Posted on Wednesday the 19th September by James Norwood Pratt
Japan’s chanoyu, an aristocratic “high tea” in rustic disguise, acquired its final form from the Zen practitioner Sen no Rikyu, a Japanese contemporary of Shakespeare’s. Rikyu’s cult of tea may appear insanely refined to outsiders but it remains the ultimate practice of mindfulness— tea as medium for a religion-free form of Buddhism practiced long before Japan’s first encounter with a teapot. It seems only fair to conclude, however, that in Japan it’s the ceremony that’s the most important aspect of any tea ceremony, while in China the tea itself remained most important.
China developed the guywan, or covered cup method of steeping and imbibing leaf tea, and also invented the teapot. The first teapots were tiny earthenwares used for steeping oolong tea leaf, a new type of semi-oxidized tea. These were the new ways of tea prevailing in China by the time Europeans made the first direct contacts by sea with China and, inevitably, got their first sip of tea. In 1608 the first tea ever sent for sale in Europe arrived in Amsterdam, half a world away from its origin. Tea had already been known for more than 4000 years in Asia, therefore, when the West got its first taste just 400 years ago. Tea, in a short four centuries, has now drenched every culture on earth: Mankind drinks more tea than any other beverage but water, following traditions that range from Japanese tea ceremonies to Russian samovars to Scottish scones in the afternoon—India chai, China green, Tibet butter tea—you name it!
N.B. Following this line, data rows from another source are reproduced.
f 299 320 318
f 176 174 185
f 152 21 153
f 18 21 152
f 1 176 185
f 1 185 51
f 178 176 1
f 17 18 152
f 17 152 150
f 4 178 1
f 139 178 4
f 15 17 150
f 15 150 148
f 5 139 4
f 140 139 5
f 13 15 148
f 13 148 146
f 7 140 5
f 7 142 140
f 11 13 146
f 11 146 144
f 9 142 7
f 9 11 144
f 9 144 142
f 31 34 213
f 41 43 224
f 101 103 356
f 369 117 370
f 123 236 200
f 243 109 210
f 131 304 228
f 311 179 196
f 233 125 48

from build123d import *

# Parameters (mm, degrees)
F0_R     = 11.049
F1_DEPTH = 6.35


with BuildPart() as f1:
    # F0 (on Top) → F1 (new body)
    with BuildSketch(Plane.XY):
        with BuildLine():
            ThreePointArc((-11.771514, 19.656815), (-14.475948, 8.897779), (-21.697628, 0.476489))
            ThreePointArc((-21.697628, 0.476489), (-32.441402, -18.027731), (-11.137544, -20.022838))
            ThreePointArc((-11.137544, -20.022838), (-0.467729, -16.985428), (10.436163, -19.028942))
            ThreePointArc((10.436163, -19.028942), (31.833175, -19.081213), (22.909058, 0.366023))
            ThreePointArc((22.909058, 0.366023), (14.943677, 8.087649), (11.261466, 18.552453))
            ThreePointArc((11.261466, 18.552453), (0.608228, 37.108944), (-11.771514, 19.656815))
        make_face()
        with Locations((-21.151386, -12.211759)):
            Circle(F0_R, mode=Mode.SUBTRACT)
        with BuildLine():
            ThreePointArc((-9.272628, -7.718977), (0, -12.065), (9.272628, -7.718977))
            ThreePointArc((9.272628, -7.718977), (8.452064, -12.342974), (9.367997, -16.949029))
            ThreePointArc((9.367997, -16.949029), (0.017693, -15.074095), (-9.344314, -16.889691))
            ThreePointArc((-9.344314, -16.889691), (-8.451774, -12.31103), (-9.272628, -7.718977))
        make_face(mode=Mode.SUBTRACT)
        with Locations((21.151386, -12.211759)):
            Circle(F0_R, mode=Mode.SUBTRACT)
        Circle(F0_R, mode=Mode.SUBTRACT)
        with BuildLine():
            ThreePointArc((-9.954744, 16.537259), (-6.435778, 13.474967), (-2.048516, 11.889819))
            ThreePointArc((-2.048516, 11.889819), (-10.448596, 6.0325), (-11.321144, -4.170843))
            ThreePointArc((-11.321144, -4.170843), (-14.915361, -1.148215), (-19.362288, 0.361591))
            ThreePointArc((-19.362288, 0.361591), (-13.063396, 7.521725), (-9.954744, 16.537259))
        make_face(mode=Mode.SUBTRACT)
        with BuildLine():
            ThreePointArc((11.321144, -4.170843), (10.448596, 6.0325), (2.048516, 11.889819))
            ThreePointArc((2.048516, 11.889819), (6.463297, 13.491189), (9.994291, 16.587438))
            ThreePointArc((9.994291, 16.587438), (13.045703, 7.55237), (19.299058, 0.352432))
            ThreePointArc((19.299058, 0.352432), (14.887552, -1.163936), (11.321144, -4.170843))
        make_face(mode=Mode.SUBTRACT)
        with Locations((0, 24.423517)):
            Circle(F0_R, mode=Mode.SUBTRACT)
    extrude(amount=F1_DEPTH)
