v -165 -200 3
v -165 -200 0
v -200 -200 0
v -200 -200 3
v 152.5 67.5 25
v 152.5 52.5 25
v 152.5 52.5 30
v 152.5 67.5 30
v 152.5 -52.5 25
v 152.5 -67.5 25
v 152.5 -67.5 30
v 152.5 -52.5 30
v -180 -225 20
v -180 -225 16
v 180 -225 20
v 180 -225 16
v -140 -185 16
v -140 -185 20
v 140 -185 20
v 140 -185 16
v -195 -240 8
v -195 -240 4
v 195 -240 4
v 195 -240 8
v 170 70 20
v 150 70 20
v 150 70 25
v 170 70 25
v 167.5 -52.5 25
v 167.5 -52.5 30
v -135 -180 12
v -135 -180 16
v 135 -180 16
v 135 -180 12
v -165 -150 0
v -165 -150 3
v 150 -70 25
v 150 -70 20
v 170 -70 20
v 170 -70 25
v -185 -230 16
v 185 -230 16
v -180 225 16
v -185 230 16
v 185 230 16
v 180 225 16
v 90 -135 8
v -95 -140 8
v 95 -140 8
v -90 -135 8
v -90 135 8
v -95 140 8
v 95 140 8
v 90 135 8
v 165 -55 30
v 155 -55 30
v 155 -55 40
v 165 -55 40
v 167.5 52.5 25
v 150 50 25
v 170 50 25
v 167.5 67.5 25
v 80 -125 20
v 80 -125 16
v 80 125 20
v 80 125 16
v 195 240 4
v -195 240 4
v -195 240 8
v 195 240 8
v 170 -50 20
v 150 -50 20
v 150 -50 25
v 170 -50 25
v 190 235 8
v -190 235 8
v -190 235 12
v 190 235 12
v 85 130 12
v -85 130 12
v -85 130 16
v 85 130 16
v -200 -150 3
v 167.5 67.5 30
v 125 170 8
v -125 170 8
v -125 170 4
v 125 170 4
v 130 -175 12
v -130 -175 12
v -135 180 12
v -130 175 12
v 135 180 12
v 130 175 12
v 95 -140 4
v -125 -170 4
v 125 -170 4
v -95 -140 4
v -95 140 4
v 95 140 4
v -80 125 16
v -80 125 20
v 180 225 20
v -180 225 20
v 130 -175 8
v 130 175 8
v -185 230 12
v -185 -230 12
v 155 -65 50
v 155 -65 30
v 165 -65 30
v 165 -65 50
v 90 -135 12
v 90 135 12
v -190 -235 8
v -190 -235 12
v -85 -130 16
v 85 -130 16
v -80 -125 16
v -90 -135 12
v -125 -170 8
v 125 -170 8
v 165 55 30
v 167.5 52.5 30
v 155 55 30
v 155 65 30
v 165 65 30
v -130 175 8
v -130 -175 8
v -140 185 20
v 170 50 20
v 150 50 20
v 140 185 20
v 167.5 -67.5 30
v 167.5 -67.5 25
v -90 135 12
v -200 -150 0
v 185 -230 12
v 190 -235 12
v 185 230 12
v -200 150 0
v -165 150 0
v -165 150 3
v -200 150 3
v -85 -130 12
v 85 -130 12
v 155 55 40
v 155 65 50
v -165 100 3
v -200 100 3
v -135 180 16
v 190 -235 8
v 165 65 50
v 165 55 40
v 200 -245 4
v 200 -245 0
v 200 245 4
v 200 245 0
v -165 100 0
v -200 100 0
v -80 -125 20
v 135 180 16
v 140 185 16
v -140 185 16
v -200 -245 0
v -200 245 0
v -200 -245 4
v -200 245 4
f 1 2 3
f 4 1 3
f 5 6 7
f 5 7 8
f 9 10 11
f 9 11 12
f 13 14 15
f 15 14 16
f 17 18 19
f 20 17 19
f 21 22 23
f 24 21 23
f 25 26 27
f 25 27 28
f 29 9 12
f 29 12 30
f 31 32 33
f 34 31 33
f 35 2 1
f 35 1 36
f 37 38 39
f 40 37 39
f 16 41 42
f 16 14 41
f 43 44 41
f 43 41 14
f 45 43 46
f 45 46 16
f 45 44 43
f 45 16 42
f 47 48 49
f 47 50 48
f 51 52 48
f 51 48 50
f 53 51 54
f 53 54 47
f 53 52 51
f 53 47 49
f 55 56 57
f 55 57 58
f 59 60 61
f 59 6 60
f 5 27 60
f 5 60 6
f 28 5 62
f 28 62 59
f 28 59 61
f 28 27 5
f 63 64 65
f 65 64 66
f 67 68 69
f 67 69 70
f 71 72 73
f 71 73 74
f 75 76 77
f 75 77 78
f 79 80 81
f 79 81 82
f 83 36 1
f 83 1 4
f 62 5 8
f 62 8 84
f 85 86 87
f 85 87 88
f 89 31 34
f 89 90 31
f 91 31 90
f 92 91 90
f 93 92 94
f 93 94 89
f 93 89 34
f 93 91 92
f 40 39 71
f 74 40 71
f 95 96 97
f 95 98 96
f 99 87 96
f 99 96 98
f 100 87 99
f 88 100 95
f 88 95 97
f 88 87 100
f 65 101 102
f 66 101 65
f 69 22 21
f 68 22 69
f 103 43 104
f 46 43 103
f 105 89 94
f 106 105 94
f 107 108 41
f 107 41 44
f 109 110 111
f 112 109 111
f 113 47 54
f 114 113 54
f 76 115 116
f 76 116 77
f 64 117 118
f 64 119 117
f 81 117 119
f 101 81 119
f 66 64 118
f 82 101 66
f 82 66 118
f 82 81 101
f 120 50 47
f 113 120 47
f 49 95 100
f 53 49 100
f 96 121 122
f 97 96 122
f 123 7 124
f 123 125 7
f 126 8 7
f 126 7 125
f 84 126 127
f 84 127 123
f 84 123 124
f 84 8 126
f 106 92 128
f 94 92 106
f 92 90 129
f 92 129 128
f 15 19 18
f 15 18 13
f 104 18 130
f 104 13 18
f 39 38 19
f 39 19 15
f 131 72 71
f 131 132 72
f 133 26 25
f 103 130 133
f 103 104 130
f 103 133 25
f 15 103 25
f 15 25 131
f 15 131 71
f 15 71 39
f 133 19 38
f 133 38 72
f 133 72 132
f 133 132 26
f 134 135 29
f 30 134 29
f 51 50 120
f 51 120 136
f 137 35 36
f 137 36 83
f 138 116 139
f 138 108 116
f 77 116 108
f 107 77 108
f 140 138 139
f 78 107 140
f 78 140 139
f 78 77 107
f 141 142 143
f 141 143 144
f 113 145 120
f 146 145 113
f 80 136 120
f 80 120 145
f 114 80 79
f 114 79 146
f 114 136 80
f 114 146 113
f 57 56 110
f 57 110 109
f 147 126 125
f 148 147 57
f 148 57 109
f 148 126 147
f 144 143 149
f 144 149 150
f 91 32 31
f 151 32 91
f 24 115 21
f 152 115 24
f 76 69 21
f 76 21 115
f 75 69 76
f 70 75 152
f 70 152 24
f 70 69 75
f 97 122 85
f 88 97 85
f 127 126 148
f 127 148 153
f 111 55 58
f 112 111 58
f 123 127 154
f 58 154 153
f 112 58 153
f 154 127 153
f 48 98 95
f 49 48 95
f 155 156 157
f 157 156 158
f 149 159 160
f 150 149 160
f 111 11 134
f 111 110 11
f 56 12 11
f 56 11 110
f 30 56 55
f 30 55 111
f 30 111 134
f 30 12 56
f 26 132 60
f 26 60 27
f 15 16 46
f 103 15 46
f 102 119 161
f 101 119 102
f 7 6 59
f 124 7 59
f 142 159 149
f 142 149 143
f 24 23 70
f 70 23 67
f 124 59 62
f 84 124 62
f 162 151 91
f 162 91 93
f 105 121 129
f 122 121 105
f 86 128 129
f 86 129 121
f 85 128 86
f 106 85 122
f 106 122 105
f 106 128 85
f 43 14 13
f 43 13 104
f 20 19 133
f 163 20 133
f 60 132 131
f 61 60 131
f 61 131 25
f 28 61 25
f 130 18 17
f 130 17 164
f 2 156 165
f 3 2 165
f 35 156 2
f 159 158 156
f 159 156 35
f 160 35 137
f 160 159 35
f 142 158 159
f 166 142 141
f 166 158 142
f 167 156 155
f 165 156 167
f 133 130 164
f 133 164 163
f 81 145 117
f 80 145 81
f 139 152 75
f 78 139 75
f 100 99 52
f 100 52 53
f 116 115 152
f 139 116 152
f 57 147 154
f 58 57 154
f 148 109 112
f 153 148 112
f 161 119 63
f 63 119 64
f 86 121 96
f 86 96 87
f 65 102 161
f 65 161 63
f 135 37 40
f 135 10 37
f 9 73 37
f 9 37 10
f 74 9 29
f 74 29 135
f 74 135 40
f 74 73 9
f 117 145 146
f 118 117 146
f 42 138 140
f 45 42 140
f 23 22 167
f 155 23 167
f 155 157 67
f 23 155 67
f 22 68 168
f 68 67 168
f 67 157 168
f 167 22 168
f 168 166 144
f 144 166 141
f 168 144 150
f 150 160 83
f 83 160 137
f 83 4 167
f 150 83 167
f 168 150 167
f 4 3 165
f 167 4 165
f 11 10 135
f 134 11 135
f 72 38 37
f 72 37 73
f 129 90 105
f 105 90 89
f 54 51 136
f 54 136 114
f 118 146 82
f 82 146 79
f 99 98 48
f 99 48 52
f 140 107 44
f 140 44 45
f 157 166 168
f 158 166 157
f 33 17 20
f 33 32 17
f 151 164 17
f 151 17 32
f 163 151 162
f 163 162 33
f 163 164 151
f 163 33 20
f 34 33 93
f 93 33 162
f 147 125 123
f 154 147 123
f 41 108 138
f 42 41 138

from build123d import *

# Parameters (mm, degrees)
BOSS_EXTRUDE2_DEPTH  = 4
SKETCH2_W            = 390
SKETCH2_H            = 480
BOSS_EXTRUDE3_DEPTH  = 4
SKETCH3_W            = 380
SKETCH3_H            = 470
BOSS_EXTRUDE4_DEPTH  = 4
SKETCH4_W            = 370
SKETCH4_H            = 460
BOSS_EXTRUDE5_DEPTH  = 4
SKETCH5_W            = 360
SKETCH5_H            = 450
BOSS_EXTRUDE6_DEPTH  = 4
SKETCH6_W            = 280
SKETCH6_H            = 370
CUT_EXTRUDE1_DEPTH   = 4
SKETCH7_W            = 270
SKETCH7_H            = 360
CUT_EXTRUDE2_DEPTH   = 4
SKETCH8_W            = 260
SKETCH8_H            = 350
CUT_EXTRUDE3_DEPTH   = 4
SKETCH9_W            = 250
SKETCH9_H            = 340
CUT_EXTRUDE4_DEPTH   = 4
SKETCH11_W           = 190
SKETCH11_H           = 280
BOSS_EXTRUDE7_DEPTH  = 4
SKETCH12_W           = 180
SKETCH12_H           = 270
BOSS_EXTRUDE8_DEPTH  = 4
SKETCH13_W           = 170
SKETCH13_H           = 260
BOSS_EXTRUDE9_DEPTH  = 4
SKETCH14_W           = 160
SKETCH14_H           = 250
BOSS_EXTRUDE10_DEPTH = 4
SKETCH15_W           = 20
SKETCH15_H           = 20
BOSS_EXTRUDE11_DEPTH = 5
SKETCH16_W           = 15
SKETCH16_H           = 15
BOSS_EXTRUDE12_DEPTH = 5
SKETCH17_W           = 10
SKETCH17_H           = 10
BOSS_EXTRUDE13_DEPTH = 20
BOSS_EXTRUDE14_REACH = 302
SKETCH18_W           = 10
SKETCH18_H           = 10
SKETCH19_W           = 35
SKETCH19_H           = 50
CUT_EXTRUDE5_DEPTH   = 3


with BuildPart() as part:
    # Sketch1 → Boss-Extrude2 (new body)
    with BuildSketch(Plane.XY):
        Polygon((200, 0), (200, -20), (200, -245), (-200, -245), (-200, -20), (-200, 0), (-200, 245), (200, 245), align=None)
    extrude(amount=BOSS_EXTRUDE2_DEPTH)

    # Sketch2 → Boss-Extrude3 (add)
    with BuildSketch(Plane.XY.offset(4)):
        Rectangle(SKETCH2_W, SKETCH2_H)
    extrude(amount=BOSS_EXTRUDE3_DEPTH)

    # Sketch3 → Boss-Extrude4 (add)
    with BuildSketch(Plane.XY.offset(8)):
        Rectangle(SKETCH3_W, SKETCH3_H)
    extrude(amount=BOSS_EXTRUDE4_DEPTH)

    # Sketch4 → Boss-Extrude5 (add)
    with BuildSketch(Plane.XY.offset(12)):
        Rectangle(SKETCH4_W, SKETCH4_H)
    extrude(amount=BOSS_EXTRUDE5_DEPTH)

    # Sketch5 → Boss-Extrude6 (add)
    with BuildSketch(Plane.XY.offset(16)):
        Rectangle(SKETCH5_W, SKETCH5_H)
    extrude(amount=BOSS_EXTRUDE6_DEPTH)

    # Sketch6 → Cut-Extrude1 (cut)
    with BuildSketch(Plane.XY.offset(20)):
        Rectangle(SKETCH6_W, SKETCH6_H)
    extrude(amount=-CUT_EXTRUDE1_DEPTH, mode=Mode.SUBTRACT)

    # Sketch7 → Cut-Extrude2 (cut)
    with BuildSketch(Plane.XY.offset(16)):
        Rectangle(SKETCH7_W, SKETCH7_H)
    extrude(amount=-CUT_EXTRUDE2_DEPTH, mode=Mode.SUBTRACT)

    # Sketch8 → Cut-Extrude3 (cut)
    with BuildSketch(Plane.XY.offset(12)):
        Rectangle(SKETCH8_W, SKETCH8_H)
    extrude(amount=-CUT_EXTRUDE3_DEPTH, mode=Mode.SUBTRACT)

    # Sketch9 → Cut-Extrude4 (cut)
    with BuildSketch(Plane.XY.offset(8)):
        Rectangle(SKETCH9_W, SKETCH9_H)
    extrude(amount=-CUT_EXTRUDE4_DEPTH, mode=Mode.SUBTRACT)

    # Sketch11 → Boss-Extrude7 (add)
    with BuildSketch(Plane.XY.offset(4)):
        Rectangle(SKETCH11_W, SKETCH11_H)
    extrude(amount=BOSS_EXTRUDE7_DEPTH)

    # Sketch12 → Boss-Extrude8 (add)
    with BuildSketch(Plane.XY.offset(8)):
        Rectangle(SKETCH12_W, SKETCH12_H)
    extrude(amount=BOSS_EXTRUDE8_DEPTH)

    # Sketch13 → Boss-Extrude9 (add)
    with BuildSketch(Plane.XY.offset(12)):
        Rectangle(SKETCH13_W, SKETCH13_H)
    extrude(amount=BOSS_EXTRUDE9_DEPTH)

    # Sketch14 → Boss-Extrude10 (add)
    with BuildSketch(Plane.XY.offset(16)):
        Rectangle(SKETCH14_W, SKETCH14_H)
    extrude(amount=BOSS_EXTRUDE10_DEPTH)

    # Sketch15 → Boss-Extrude11 (add)
    with BuildSketch(Plane.XY.offset(20)):
        with Locations((160, 60)):
            Rectangle(SKETCH15_W, SKETCH15_H)
        with Locations((160, -60)):
            Rectangle(SKETCH15_W, SKETCH15_H)
    extrude(amount=BOSS_EXTRUDE11_DEPTH)

    # Sketch16 → Boss-Extrude12 (add)
    with BuildSketch(Plane.XY.offset(25)):
        with Locations((160, 60)):
            Rectangle(SKETCH16_W, SKETCH16_H)
        with Locations((160, -60)):
            Rectangle(SKETCH16_W, SKETCH16_H)
    extrude(amount=BOSS_EXTRUDE12_DEPTH)

    # Sketch17 → Boss-Extrude13 (add)
    with BuildSketch(Plane.XY.offset(30)):
        with Locations((160, 60)):
            Rectangle(SKETCH17_W, SKETCH17_H)
        with Locations((160, -60)):
            Rectangle(SKETCH17_W, SKETCH17_H)
    extrude(amount=BOSS_EXTRUDE13_DEPTH)

    # Sketch18 → Boss-Extrude14 (add, up to next)
    with BuildSketch(Plane.XZ.offset(-55), mode=Mode.PRIVATE) as boss_extrude14_sk1:
        with Locations((160, 45)):
            Rectangle(SKETCH18_W, SKETCH18_H)
    boss_extrude14_tool1 = extrude(boss_extrude14_sk1.sketch, amount=BOSS_EXTRUDE14_REACH, mode=Mode.PRIVATE) - part.part
    add(boss_extrude14_tool1.solids().sort_by_distance((160, 55, 45))[0])

    # Sketch19 → Cut-Extrude5 (cut)
    with BuildSketch(Plane(origin=(0, 0, 0), x_dir=(-1, 0, 0), z_dir=(0, 0, -1))):
        with Locations((182.5, 125)):
            Rectangle(SKETCH19_W, SKETCH19_H)
        with Locations((182.5, -175)):
            Rectangle(SKETCH19_W, SKETCH19_H)
    extrude(amount=-CUT_EXTRUDE5_DEPTH, mode=Mode.SUBTRACT)


solid = part.part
The world-wide progress of this famous plant has always required a Lu Yu and a “Book of Tea.” As times and teas changed in China, successors authored almost a hundred re-writes of The Book of Tea to describe new ways of enjoying the new forms of tea. Tea has from the first been a practice whose enjoyment must be learned from a guru, a foreign practice from somewhere beyond the border, like an acquired language or art or skill.
And in every culture it has entered, tea has inspired the best loved of all the applied arts—tea wares. Whether you think of Chinese porcelain, Japanese earthenware, or English silver, it seems safe to say the cult of tea has produced some of the world’s finest artisan craftwork—objects intended for us to hold as well as to behold, things to love.
Each culture learned ways to love teatime as a moment of relaxation amidst the demands of daily life. But from the ancient Asian point of view—as Lu Yu might say—there is more to tea than the mental and physical refreshment it confers. Tea is also a sort of spiritual refreshment, an elixir of clarity and wakeful tranquillity. Respectfully preparing tea and partaking of it mindfully create heart-to-heart conviviality, a way to go beyond this world and enter a realm apart. No pleasure is simpler, no luxury cheaper, no consciousness-altering agent more benign. In every culture, taking tea somehow evolves into a ritual re-enactment of communion, a spiritual practice in other words, and by gradual degrees this becomes a Way—a Mirror of Soul—in its own right. The first priest of this secular Way of Tea was the author of China’s Book of Tea, Lu Yu.